Purpose: : Diabetic retinopathy (DR) is the most common form of diabetic vascular complications, and the leading cause of severe vision loss in people under age of sixty. Increasing evidence indicates that the renin-angiotensin-system (RAS) in the eye plays a significant local role in retinal vascular dysfunction in DR. This coupled with our previous observations that overexpression of angiotensin converting enzyme 2 (ACE2), a recently discovered member of RAS converting Ang II to Ang 1-7, produce beneficial effects on hypertension-induced cardiovascular remodeling, we hypothesize that overexpression of this enzyme would prevent DR. Our objective in this study was to test this hypothesis and identify underlying mechanisms.

Methods: : A secreted form of human ACE2 gene was cloned into an AAV vector under the control of the CMV promoter and packaged into viral particles. The vector (hsACE2-AAV2) was injected into intravitreal cavity of the eye of streptozocin (STZ) induced diabetic mice. The other eye served as a control. The progression of the retinopathy was followed by fluorescein antiography, retinal vasculature was evaluated by albumin extravasations to quantitatively measure the vascular permeability, fluorescein-isothiocyanate (FITC) conjugated concanavalin A lectin (ConA) perfusion to quantify the adhesive leukocytes and the pericyte/endothelial cell loss was evaluated by trypsin-digested retinal vascular preparation. Cytokine expression profiles and NOS enzymes were examined by real-time PCR, ELISA, and western blotting.

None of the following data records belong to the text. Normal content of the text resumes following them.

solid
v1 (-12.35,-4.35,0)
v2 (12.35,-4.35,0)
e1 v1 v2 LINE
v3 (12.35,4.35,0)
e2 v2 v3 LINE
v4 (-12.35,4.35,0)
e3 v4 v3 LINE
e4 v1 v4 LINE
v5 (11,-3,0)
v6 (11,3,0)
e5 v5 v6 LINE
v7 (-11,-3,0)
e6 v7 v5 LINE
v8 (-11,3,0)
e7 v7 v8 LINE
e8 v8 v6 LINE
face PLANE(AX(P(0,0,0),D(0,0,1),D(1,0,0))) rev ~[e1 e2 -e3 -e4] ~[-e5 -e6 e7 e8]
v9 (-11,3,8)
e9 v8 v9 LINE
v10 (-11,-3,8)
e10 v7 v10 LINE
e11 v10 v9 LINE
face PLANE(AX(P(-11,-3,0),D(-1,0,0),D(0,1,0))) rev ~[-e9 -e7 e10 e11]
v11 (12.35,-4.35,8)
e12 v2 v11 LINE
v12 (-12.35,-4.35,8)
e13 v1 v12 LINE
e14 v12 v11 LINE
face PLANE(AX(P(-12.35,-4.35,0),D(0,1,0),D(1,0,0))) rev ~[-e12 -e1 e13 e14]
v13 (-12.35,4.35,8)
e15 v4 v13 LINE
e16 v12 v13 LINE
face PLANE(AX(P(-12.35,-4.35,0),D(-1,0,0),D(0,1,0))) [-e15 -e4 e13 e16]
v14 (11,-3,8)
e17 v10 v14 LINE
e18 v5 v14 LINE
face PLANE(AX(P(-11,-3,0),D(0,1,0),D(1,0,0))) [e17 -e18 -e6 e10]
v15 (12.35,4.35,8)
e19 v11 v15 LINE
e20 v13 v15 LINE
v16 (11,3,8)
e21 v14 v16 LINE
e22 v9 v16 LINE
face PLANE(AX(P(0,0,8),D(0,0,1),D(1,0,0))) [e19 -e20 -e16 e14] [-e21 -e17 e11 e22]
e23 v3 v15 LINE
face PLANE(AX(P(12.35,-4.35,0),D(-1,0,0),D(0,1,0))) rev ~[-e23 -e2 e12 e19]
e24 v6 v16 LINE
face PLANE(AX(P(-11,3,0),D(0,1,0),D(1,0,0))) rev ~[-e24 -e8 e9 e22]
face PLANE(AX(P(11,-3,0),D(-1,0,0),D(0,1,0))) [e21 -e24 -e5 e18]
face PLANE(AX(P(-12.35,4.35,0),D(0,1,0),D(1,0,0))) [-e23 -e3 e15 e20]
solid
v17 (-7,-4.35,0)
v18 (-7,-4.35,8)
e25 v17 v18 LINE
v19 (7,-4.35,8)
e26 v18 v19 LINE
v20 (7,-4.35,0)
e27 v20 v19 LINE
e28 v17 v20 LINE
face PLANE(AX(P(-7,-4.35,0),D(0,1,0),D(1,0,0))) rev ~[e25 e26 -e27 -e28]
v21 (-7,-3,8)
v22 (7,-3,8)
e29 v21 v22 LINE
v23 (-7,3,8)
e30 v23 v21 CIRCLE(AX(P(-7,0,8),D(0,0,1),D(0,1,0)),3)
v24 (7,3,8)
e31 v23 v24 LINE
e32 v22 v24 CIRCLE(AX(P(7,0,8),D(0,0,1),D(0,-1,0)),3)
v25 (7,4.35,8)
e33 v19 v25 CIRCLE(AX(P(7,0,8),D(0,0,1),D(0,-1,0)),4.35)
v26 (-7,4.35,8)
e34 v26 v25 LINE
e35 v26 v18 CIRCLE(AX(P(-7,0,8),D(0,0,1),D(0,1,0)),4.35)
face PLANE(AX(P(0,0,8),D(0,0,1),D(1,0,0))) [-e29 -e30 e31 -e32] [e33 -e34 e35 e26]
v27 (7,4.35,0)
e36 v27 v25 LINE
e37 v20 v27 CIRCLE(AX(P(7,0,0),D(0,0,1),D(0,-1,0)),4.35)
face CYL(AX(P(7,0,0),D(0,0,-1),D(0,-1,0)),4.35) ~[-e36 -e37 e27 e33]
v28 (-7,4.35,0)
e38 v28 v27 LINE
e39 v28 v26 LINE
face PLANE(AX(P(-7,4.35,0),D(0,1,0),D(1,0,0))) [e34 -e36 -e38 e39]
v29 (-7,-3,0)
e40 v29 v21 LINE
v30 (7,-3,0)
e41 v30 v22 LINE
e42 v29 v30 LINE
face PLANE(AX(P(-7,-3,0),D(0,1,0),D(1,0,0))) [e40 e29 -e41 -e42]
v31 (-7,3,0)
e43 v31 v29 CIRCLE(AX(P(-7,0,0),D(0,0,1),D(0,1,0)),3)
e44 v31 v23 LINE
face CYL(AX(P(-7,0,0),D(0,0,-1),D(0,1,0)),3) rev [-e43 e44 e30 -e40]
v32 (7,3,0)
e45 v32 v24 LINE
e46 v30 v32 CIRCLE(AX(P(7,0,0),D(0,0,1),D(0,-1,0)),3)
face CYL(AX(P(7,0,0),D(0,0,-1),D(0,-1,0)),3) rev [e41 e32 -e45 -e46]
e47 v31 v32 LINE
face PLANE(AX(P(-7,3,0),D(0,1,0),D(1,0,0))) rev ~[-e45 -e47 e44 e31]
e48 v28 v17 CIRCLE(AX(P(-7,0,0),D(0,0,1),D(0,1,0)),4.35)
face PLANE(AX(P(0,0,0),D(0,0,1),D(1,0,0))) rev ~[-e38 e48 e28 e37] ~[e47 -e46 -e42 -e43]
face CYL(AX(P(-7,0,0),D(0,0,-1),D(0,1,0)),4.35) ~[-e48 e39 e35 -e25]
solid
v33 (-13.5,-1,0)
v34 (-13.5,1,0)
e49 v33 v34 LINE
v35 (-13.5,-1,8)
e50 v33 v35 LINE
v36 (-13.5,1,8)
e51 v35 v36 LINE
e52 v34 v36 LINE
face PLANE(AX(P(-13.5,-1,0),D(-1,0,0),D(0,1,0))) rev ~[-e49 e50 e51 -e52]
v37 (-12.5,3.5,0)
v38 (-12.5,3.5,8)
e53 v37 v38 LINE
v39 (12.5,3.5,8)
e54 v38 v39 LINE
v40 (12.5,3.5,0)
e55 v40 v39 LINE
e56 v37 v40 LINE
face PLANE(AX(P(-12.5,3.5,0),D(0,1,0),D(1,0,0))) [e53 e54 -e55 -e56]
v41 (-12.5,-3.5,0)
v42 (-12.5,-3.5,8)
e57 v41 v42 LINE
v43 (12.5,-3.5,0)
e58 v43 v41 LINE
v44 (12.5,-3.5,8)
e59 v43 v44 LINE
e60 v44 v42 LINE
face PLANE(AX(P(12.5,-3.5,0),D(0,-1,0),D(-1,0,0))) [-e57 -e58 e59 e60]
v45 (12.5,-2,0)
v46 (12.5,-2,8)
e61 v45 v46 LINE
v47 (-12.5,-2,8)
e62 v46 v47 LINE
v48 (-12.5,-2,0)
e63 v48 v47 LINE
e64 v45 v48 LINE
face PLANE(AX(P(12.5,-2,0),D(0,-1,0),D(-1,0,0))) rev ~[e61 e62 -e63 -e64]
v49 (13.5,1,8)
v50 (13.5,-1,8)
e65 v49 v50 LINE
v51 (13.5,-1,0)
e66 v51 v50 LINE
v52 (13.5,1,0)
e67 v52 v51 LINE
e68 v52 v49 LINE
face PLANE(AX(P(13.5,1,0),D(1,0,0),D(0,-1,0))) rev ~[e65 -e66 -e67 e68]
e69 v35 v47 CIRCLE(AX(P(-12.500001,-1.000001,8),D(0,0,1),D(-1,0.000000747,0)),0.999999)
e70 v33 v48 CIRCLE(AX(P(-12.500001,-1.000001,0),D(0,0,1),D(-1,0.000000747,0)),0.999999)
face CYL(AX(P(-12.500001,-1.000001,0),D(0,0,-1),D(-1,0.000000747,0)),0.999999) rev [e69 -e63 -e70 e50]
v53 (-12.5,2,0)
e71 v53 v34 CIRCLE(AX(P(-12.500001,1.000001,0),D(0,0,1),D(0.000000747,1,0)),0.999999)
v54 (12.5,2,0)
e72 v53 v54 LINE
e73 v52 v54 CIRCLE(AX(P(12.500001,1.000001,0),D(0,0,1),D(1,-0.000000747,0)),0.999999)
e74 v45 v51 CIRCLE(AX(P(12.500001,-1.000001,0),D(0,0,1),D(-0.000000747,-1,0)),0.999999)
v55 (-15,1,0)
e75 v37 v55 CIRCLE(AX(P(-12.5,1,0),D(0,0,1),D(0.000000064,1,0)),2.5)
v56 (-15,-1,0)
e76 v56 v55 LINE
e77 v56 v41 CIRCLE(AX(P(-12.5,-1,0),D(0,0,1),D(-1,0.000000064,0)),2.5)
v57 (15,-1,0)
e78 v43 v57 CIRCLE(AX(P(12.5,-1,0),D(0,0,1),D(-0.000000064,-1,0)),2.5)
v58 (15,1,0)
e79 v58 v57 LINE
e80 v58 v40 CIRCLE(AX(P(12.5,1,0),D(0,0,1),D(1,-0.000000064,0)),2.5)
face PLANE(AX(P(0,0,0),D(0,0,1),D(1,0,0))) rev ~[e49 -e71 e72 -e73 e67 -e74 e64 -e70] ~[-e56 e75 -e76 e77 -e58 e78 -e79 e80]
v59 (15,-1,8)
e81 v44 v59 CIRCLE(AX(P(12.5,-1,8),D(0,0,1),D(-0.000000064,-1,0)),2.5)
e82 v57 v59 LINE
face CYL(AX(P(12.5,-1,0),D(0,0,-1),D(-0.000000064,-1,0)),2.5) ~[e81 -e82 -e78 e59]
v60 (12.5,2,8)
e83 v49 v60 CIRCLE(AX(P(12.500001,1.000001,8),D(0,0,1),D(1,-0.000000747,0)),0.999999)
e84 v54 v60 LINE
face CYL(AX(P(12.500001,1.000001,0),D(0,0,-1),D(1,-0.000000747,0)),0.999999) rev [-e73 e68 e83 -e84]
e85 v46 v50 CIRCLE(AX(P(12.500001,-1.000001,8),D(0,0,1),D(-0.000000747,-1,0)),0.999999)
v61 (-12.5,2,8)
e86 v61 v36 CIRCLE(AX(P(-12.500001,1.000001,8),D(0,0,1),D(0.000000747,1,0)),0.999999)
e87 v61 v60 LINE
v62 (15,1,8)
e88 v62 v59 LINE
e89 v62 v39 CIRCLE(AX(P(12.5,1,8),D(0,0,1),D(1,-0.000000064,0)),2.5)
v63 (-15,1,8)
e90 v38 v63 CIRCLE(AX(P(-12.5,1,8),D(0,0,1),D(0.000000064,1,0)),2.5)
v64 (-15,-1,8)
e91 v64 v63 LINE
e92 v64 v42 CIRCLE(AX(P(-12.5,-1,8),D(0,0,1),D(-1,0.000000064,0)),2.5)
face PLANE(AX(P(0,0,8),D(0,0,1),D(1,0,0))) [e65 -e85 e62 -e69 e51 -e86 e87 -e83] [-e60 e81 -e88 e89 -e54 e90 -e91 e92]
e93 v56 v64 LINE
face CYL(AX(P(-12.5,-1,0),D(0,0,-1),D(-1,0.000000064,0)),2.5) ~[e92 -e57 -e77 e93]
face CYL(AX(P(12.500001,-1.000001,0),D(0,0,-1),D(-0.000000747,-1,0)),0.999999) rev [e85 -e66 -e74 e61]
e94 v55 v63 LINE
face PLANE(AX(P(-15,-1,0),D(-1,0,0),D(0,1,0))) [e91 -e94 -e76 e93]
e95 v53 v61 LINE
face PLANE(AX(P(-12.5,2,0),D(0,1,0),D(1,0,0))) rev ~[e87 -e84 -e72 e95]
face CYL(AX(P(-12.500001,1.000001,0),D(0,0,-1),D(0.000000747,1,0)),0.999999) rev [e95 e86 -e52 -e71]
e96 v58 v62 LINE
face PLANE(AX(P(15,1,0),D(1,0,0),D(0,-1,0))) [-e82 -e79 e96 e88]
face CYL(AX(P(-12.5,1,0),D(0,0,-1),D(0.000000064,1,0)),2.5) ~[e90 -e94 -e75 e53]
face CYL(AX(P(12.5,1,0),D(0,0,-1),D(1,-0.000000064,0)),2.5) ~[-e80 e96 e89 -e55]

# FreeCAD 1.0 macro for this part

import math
import FreeCAD as App
import Part
import Sketcher
Q = App.Units.Quantity

doc = App.newDocument("Part")
body = doc.addObject("PartDesign::Body", "Body")

sketch1 = body.newObject("Sketcher::SketchObject", "Sketch")
sketch1.AttachmentSupport = (doc.getObject("XY_Plane"), [""])
sketch1.MapMode = "FlatFace"
sketch1.addGeometry([
    Part.LineSegment(App.Vector(-12.35, 4.35, 0), App.Vector(-12.35, -4.35, 0)),
    Part.LineSegment(App.Vector(-12.35, -4.35, 0), App.Vector(12.35, -4.35, 0)),
    Part.LineSegment(App.Vector(12.35, -4.35, 0), App.Vector(12.35, 4.35, 0)),
    Part.LineSegment(App.Vector(12.35, 4.35, 0), App.Vector(-12.35, 4.35, 0)),
    Part.LineSegment(App.Vector(11, -3, 0), App.Vector(-11, -3, 0)),
    Part.LineSegment(App.Vector(-11, -3, 0), App.Vector(-11, 3, 0)),
    Part.LineSegment(App.Vector(-11, 3, 0), App.Vector(11, 3, 0)),
    Part.LineSegment(App.Vector(11, 3, 0), App.Vector(11, -3, 0)),
], False)
sketch1.addConstraint([
    Sketcher.Constraint("Coincident", 0, 2, 1, 1),
    Sketcher.Constraint("Coincident", 1, 2, 2, 1),
    Sketcher.Constraint("Coincident", 2, 2, 3, 1),
    Sketcher.Constraint("Coincident", 3, 2, 0, 1),
    Sketcher.Constraint("Coincident", 4, 2, 5, 1),
    Sketcher.Constraint("Coincident", 5, 2, 6, 1),
    Sketcher.Constraint("Coincident", 6, 2, 7, 1),
    Sketcher.Constraint("Coincident", 7, 2, 4, 1),
    Sketcher.Constraint("Vertical", 0),
    Sketcher.Constraint("Horizontal", 1),
    Sketcher.Constraint("Vertical", 2),
    Sketcher.Constraint("Horizontal", 3),
    Sketcher.Constraint("Horizontal", 4),
    Sketcher.Constraint("Vertical", 5),
    Sketcher.Constraint("Horizontal", 6),
    Sketcher.Constraint("Vertical", 7),
    Sketcher.Constraint("Symmetric", 0, 2, 2, 2, -1, 1),
    Sketcher.Constraint("Symmetric", 4, 2, 6, 2, -1, 1),
    Sketcher.Constraint("DistanceX", 4, 2, 4, 1, Q("22 mm")),
    Sketcher.Constraint("DistanceY", 5, 1, 5, 2, Q("6 mm")),
    Sketcher.Constraint("DistanceX", 1, 1, 1, 2, Q("24.7 mm")),
    Sketcher.Constraint("DistanceY", 0, 2, 0, 1, Q("8.7 mm")),
])
pad1 = body.newObject("PartDesign::Pad", "Pad")
pad1.Profile = sketch1
pad1.Length = 8
body2 = doc.addObject("PartDesign::Body", "Body001")

sketch2 = body2.newObject("Sketcher::SketchObject", "Sketch001")
sketch2.AttachmentSupport = (doc.getObject("XY_Plane001"), [""])
sketch2.MapMode = "FlatFace"
sketch2.addGeometry([
    Part.ArcOfCircle(Part.Circle(App.Vector(-7, 0, 0), App.Vector(0, 0, 1), 4.35), math.radians(90), math.radians(270)),
    Part.LineSegment(App.Vector(-7, -4.35, 0), App.Vector(7, -4.35, 0)),
    Part.ArcOfCircle(Part.Circle(App.Vector(7, 0, 0), App.Vector(0, 0, 1), 4.35), math.radians(-90), math.radians(90)),
    Part.LineSegment(App.Vector(7, 4.35, 0), App.Vector(-7, 4.35, 0)),
    Part.ArcOfCircle(Part.Circle(App.Vector(-7, 0, 0), App.Vector(0, 0, 1), 3), math.radians(90), math.radians(270)),
    Part.LineSegment(App.Vector(-7, 3, 0), App.Vector(7, 3, 0)),
    Part.ArcOfCircle(Part.Circle(App.Vector(7, 0, 0), App.Vector(0, 0, 1), 3), math.radians(-90), math.radians(90)),
    Part.LineSegment(App.Vector(7, -3, 0), App.Vector(-7, -3, 0)),
], False)
sketch2.addConstraint([
    Sketcher.Constraint("Tangent", 0, 2, 1, 1),
    Sketcher.Constraint("Tangent", 1, 2, 2, 1),
    Sketcher.Constraint("Tangent", 2, 2, 3, 1),
    Sketcher.Constraint("Tangent", 3, 2, 0, 1),
    Sketcher.Constraint("Tangent", 4, 1, 5, 1),
    Sketcher.Constraint("Tangent", 5, 2, 6, 2),
    Sketcher.Constraint("Tangent", 6, 1, 7, 1),
    Sketcher.Constraint("Tangent", 7, 2, 4, 2),
    Sketcher.Constraint("Horizontal", 1),
    Sketcher.Constraint("Horizontal", 3),
    Sketcher.Constraint("Horizontal", 5),
    Sketcher.Constraint("Horizontal", 7),
    Sketcher.Constraint("Coincident", 4, 3, 0, 3),
    Sketcher.Constraint("Symmetric", 0, 3, 2, 3, -1, 1),
    Sketcher.Constraint("Vertical", 6, 3, 1, 2),
    Sketcher.Constraint("Radius", 4, Q("3 mm")),
    Sketcher.Constraint("DistanceX", 1, 1, 1, 2, Q("14 mm")),
    Sketcher.Constraint("Radius", 0, Q("4.35 mm")),
])
pad2 = body2.newObject("PartDesign::Pad", "Pad001")
pad2.Profile = sketch2
pad2.Length = 8
body3 = doc.addObject("PartDesign::Body", "Body002")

Results: : hsACE2-AAV2 treatment resulted in a significant reduction in retinal vascular permeability, and > 40% attenuation of pericyte/endothelial cell loss. In addition, there was a significant protection from DR induced abnormalities of overall vascular structure. Treated eyes also showed significant reduction of VEGF, TNF, MCP-1 levels, and iNOS activation.

Conclusions: : Our data demonstrate that increased expression of ACE2 by hACE2-AAV2 gene transfer protects retinal vasculature from dysfunction caused by STZ-induced diabetes. The protective role of ACE2 overexpression is likely mediated by blocking the inflammatory responses and iNOS activation, leading to reduced oxidative stress induced by hyperglycemia. Thus ACE2 gene therapy is extremely encouraging for the treatment of DR and other diabetic complications.